I run FreeBSD ZFS on my desktop and have for years, and we're thinking of using it (for the root fs) at work. I considered the ZOL integration to be good news. We'll get better CI, and we'll share features with ZOL faster. I don't really see the downside.
I've also run ZOL for 7 years on my wife's desktops..
Sadly, FreeBSD (and Illumos) are now defacto downstreams, since a lot of the active ZFS work is now happening on Linux. That's a sad fact, but true, and sticking our heads in the sand won't change it. (and may, in fact, make it worse).
My understanding from the message, and from talking to the devs involved is that integration with ZOL will make FreeBSD an equal partner. FreeBSD will be included in the CI, so that ZOL changes that break FreeBSD cannot be merged. Changes originating in FreeBSD will also be merged faster to Linux, and with review from the original author to make sure they are merged correctly. Eg, it is better for everybody (except perhaps the folks left on Illumos or other Open Solaris forks).
During last month's openzfs call [0], one of the actions items that came up for discussion was "How do we all work together?" There are scenarios where issues on ZoL are still being investigated on Illumos. I don't know further details on this, sorry.
At first came the interesting question of "what is OpenZFS"? A spec? A reference implementation that everyone branches off? How do we exchange fixes and ideas and updates?
Another topic that came up was "What should the defaults for a zpool be?" this was for portable zpools.
Please note: the above were still open questions. We're going to have a few follow up calls to understand and ideate better.
Source: I was on the call, and I'm an Illumos community member.
I just wanted to add: the real challenges are figuring out what it means to have a shared code base across oppressing systems for a file system. This is not like openssh. The porting, verification and feature parity checks are unique and challenging to solve.
ZoL may have more development activity behind it, but due to licencing, it will never be a first-class citizen in Linux like it is on FreeBSD/Illumos. That limitation makes the decision to turn OpenZFS (essentially, ZoL) into the upstream seem unwise.

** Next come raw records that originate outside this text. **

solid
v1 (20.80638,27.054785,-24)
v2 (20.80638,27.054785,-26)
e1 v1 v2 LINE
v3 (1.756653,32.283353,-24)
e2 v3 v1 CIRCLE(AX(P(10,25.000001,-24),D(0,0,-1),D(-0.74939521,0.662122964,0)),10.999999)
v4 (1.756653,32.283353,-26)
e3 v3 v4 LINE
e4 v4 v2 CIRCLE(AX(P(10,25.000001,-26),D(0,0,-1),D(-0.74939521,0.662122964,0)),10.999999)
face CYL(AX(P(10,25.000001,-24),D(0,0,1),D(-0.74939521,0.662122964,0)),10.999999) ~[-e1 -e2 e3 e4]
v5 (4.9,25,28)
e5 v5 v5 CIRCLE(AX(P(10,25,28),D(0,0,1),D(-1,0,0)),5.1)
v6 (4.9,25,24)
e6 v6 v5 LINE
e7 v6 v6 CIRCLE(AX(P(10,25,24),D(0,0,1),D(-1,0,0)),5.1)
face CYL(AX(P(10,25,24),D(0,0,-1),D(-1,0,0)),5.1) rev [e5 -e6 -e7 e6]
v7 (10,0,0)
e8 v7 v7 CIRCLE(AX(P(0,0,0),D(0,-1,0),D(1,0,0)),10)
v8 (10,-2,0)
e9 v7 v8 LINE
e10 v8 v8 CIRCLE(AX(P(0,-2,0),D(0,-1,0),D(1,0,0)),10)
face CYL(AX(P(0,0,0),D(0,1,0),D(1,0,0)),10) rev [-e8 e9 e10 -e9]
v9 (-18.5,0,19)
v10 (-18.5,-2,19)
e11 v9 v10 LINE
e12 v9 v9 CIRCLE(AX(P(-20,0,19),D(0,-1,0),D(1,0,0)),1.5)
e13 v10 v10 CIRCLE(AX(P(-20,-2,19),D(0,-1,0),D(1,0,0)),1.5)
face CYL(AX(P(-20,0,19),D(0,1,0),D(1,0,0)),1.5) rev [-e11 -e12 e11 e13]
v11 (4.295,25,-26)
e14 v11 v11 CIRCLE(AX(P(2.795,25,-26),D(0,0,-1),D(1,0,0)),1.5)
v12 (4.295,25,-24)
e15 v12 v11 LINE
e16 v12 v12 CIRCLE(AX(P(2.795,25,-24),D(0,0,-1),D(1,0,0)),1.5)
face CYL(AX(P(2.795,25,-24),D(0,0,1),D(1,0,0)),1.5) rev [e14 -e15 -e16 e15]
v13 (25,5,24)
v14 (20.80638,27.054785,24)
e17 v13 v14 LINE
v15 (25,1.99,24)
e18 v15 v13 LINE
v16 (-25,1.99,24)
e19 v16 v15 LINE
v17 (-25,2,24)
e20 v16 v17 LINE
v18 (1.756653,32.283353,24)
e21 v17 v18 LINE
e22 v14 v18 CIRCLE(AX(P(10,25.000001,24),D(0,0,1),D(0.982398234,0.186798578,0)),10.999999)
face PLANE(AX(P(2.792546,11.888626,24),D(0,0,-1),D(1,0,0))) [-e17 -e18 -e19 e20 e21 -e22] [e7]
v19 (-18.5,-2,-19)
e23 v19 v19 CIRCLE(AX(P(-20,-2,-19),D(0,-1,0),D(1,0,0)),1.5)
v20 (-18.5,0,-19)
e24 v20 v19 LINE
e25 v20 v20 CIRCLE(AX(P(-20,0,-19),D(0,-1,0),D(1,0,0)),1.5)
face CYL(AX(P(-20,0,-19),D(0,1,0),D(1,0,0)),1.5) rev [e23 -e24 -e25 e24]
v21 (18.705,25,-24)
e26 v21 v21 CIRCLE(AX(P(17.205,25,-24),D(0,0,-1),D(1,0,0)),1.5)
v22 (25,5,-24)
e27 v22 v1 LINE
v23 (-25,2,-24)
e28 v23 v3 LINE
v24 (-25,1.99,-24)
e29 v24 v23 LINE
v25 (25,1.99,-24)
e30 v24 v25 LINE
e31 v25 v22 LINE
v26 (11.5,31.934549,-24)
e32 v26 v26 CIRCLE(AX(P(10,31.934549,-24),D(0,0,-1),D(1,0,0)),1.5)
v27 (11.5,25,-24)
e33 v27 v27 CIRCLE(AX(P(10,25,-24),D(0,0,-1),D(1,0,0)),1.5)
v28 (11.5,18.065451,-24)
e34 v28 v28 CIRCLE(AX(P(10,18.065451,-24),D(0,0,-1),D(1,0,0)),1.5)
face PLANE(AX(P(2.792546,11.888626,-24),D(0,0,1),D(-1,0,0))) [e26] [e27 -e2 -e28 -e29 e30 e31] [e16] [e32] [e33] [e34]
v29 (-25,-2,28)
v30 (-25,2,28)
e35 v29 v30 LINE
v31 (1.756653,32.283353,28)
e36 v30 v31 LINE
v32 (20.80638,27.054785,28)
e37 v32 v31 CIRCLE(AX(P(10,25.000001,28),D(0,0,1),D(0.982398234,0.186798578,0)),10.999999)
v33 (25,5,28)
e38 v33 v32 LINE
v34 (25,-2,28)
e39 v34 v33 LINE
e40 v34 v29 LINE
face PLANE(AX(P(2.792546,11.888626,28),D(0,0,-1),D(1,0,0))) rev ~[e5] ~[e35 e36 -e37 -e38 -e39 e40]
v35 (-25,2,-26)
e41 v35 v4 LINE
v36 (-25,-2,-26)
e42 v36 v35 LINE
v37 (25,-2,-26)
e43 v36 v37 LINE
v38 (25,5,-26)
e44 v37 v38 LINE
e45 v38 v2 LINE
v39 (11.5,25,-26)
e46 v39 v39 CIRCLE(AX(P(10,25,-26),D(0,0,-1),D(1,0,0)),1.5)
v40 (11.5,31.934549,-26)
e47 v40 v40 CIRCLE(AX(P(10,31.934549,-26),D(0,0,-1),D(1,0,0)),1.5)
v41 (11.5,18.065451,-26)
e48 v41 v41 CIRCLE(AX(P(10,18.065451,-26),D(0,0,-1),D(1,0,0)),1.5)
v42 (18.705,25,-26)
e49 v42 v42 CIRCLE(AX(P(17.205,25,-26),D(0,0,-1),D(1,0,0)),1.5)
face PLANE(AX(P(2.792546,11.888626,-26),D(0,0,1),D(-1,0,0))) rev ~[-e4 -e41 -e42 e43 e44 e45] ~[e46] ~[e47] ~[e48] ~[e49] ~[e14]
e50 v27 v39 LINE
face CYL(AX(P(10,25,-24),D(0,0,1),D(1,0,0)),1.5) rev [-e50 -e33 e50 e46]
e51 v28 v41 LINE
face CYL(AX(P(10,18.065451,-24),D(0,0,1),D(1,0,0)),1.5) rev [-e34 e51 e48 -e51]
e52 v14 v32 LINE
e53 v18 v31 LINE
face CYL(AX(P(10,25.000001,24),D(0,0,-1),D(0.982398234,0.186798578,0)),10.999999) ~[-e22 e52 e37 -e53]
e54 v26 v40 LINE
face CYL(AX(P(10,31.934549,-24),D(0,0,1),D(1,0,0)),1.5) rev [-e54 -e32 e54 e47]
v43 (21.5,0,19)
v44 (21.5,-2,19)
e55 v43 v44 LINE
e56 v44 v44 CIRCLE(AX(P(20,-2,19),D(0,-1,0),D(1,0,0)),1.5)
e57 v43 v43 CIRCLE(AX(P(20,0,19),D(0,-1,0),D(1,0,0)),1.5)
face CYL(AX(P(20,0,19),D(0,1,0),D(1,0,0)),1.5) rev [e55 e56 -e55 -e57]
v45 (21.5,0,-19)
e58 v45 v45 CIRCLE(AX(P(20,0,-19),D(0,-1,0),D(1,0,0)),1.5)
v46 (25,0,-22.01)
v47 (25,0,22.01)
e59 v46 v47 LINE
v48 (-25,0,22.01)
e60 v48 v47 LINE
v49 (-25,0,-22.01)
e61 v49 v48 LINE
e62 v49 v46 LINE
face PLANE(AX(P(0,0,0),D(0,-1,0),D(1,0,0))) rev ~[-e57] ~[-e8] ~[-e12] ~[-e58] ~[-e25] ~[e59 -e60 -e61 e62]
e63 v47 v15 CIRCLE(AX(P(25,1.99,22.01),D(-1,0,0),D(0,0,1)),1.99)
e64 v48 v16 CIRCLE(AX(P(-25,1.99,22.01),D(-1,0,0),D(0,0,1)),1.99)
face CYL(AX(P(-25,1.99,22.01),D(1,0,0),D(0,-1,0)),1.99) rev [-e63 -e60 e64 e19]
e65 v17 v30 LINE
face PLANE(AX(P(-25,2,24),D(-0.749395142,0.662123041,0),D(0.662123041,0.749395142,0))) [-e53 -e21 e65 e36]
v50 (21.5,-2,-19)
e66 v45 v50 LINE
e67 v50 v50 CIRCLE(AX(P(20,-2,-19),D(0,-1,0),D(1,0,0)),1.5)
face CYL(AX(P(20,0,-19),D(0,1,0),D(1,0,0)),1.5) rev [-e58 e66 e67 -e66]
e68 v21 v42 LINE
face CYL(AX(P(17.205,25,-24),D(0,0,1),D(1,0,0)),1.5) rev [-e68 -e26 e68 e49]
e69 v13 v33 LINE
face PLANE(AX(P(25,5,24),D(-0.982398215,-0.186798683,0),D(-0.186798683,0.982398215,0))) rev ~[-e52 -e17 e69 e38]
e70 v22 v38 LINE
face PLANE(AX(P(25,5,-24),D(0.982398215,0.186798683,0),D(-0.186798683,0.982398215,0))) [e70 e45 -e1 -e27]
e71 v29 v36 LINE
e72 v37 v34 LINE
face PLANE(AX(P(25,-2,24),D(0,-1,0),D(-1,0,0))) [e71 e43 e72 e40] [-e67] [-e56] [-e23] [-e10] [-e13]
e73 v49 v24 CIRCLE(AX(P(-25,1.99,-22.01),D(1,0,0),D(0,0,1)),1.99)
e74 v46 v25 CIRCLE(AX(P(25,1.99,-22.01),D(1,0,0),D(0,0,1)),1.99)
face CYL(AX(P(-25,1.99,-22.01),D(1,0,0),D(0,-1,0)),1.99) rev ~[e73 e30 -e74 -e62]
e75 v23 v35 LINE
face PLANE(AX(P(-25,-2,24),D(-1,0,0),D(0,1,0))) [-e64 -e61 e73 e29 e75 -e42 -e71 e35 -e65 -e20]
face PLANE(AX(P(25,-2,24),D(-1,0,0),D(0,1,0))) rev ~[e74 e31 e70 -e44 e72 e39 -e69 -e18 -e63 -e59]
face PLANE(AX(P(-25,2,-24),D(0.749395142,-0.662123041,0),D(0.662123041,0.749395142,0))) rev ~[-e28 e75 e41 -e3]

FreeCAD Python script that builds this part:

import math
import FreeCAD as App
import Part
import Sketcher

V = App.Vector


def edges_at(feature, points):
    """Names of the edges that pass closest to the given points."""
    edges = feature.Shape.Edges
    near = lambda p: min(range(len(edges)), key=lambda i: edges[i].distToShape(Part.Vertex(*p))[0])
    return sorted({f"Edge{near(p) + 1}" for p in points})


def add_polygon(sketch, points):
    """Adds a closed chain of lines whose ends are joined by coincident constraints."""
    first, n = sketch.GeometryCount, len(points)
    for a, b in zip(points, points[1:] + points[:1]):
        sketch.addGeometry(Part.LineSegment(App.Vector(*a, 0), App.Vector(*b, 0)), False)
    for i in range(n):
        sketch.addConstraint(Sketcher.Constraint("Coincident", first + i, 2, first + (i + 1) % n, 1))

doc = App.newDocument("Part")
body = doc.addObject("PartDesign::Body", "Body")

sketch1 = body.newObject("Sketcher::SketchObject", "Sketch")
sketch1.AttachmentSupport = (doc.getObject("XZ_Plane"), [""])
sketch1.MapMode = "FlatFace"
add_polygon(sketch1, [(-25, 24), (-25, -24), (25, -24), (25, 24)])
sketch1.addGeometry(Part.Circle(V(-20, -19, 0), V(0, 0, 1), 1.5), False)
sketch1.addGeometry(Part.Circle(V(20, -19, 0), V(0, 0, 1), 1.5), False)
sketch1.addGeometry(Part.Circle(V(-20, 19, 0), V(0, 0, 1), 1.5), False)
sketch1.addGeometry(Part.Circle(V(0, 0, 0), V(0, 0, 1), 10), False)
sketch1.addGeometry(Part.Circle(V(20, 19, 0), V(0, 0, 1), 1.5), False)
sketch1.addConstraint([
    Sketcher.Constraint("Vertical", 0),
    Sketcher.Constraint("Horizontal", 1),
    Sketcher.Constraint("Vertical", 2),
    Sketcher.Constraint("Horizontal", 3),
    Sketcher.Constraint("Coincident", 7, 3, -1, 1),
    Sketcher.Constraint("Equal", 4, 5),
    Sketcher.Constraint("Equal", 5, 6),
    Sketcher.Constraint("Equal", 6, 8),
    Sketcher.Constraint("Symmetric", 5, 3, 6, 3, -1, 1),
    Sketcher.Constraint("Symmetric", 4, 3, 8, 3, -1, 1),
    Sketcher.Constraint("Symmetric", 0, 2, 2, 2, -1, 1),
    Sketcher.Constraint("Symmetric", 4, 3, 5, 3, -2),
    Sketcher.Constraint("Diameter", 4, 3.0),
    Sketcher.Constraint("Diameter", 7, 20.0),
    Sketcher.Constraint("DistanceX", 1, 1, 1, 2, 50.0),
    Sketcher.Constraint("DistanceY", 0, 2, 0, 1, 48.0),
    Sketcher.Constraint("DistanceX", 4, 3, -1, 1, 20.0),
    Sketcher.Constraint("DistanceY", 4, 3, -1, 1, 19.0),
])
pad1 = body.newObject("PartDesign::Pad", "Pad")
pad1.Profile = sketch1
pad1.Length = 2

sketch2 = body.newObject("Sketcher::SketchObject", "Sketch001")
sketch2.AttachmentSupport = (doc.getObject("XY_Plane"), [""])
sketch2.MapMode = "FlatFace"
sketch2.AttachmentOffset = App.Placement(V(0, 0, -24), App.Rotation())
sketch2.addGeometry([
    Part.LineSegment(V(-25, -2, 0), V(-25, 2, 0)),
    Part.LineSegment(V(-25, 2, 0), V(1.8, 32.3, 0)),
    Part.ArcOfCircle(Part.Circle(V(10, 25, 0), V(0, 0, 1), 11), math.radians(11), math.radians(139)),
    Part.LineSegment(V(20.8, 27.1, 0), V(25, 5, 0)),
    Part.LineSegment(V(25, 5, 0), V(25, -2, 0)),
    Part.LineSegment(V(25, -2, 0), V(-25, -2, 0)),
    Part.Circle(V(10, 31.9, 0), V(0, 0, 1), 1.5),
    Part.Circle(V(17.2, 25, 0), V(0, 0, 1), 1.5),
    Part.Circle(V(10, 25, 0), V(0, 0, 1), 1.5),
    Part.Circle(V(10, 18.1, 0), V(0, 0, 1), 1.5),
    Part.Circle(V(2.8, 25, 0), V(0, 0, 1), 1.5),
], False)
sketch2.addConstraint([
    Sketcher.Constraint("Coincident", 0, 2, 1, 1),
    Sketcher.Constraint("Tangent", 1, 2, 2, 2),
    Sketcher.Constraint("Tangent", 2, 1, 3, 1),
    Sketcher.Constraint("Coincident", 3, 2, 4, 1),
    Sketcher.Constraint("Coincident", 4, 2, 5, 1),
    Sketcher.Constraint("Coincident", 5, 2, 0, 1),
    Sketcher.Constraint("Vertical", 0),
    Sketcher.Constraint("Vertical", 4),
    Sketcher.Constraint("Horizontal", 5),
    Sketcher.Constraint("Coincident", 8, 3, 2, 3),
    Sketcher.Constraint("Equal", 6, 7),
    Sketcher.Constraint("Equal", 7, 8),
    Sketcher.Constraint("Equal", 8, 9),
    Sketcher.Constraint("Equal", 9, 10),
    Sketcher.Constraint("Symmetric", 0, 2, 4, 2, -1, 1),
    Sketcher.Constraint("Horizontal", 2, 3, 7, 3),
    Sketcher.Constraint("Horizontal", 8, 3, 10, 3),
    Sketcher.Constraint("Vertical", 2, 3, 6, 3),
    Sketcher.Constraint("Vertical", 8, 3, 9, 3),
    Sketcher.Constraint("Diameter", 6, 3.0),
    Sketcher.Constraint("Radius", 2, 10.999999),
    Sketcher.Constraint("DistanceX", 5, 2, 5, 1, 50.0),
    Sketcher.Constraint("DistanceY", 0, 1, 0, 2, 4.0),
    Sketcher.Constraint("DistanceY", 4, 2, 4, 1, 7.0),
    Sketcher.Constraint("DistanceX", -1, 1, 2, 3, 10.0),
    Sketcher.Constraint("DistanceY", -1, 1, 2, 3, 25.000001),
    Sketcher.Constraint("DistanceX", 10, 3, 7, 3, 14.41),
    Sketcher.Constraint("DistanceX", -1, 1, 7, 3, 17.205),
    Sketcher.Constraint("DistanceY", 9, 3, 6, 3, 13.869098),
    Sketcher.Constraint("DistanceY", 9, 3, 1, 2, 14.217902),
])
pad2 = body.newObject("PartDesign::Pad", "Pad001")
pad2.Profile = sketch2
pad2.Length = 2
pad2.Reversed = True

Honestly, due to the licensing it's not exactly a first-class citizen on FreeBSD either. It's a copyleft license that doesn't pollute other source files, but it's still copyleft for ZFS itself. That is contra to the BSD license.
Integration of ZFS will always be an issue in any platform that is not licensed under Sun’s CDL license. To run ZFS, FreeBSD developers had to effectively build a kernel module that paravirtualises the OpenSolaris kernel. So there will always be integration work. The new upstream rebase should make integration much more smooth and allow for features to be released more quickly to FreeBSD than we have been able to do previously.
It really doesn’t get the recognition it desires. It’s has highly advanced features and performance and frankly more people should be using it.
Given the recent ZFS/FreeBSD news - I’d love more people to adopt DragonflyBSD for its Hammer2 filesysten.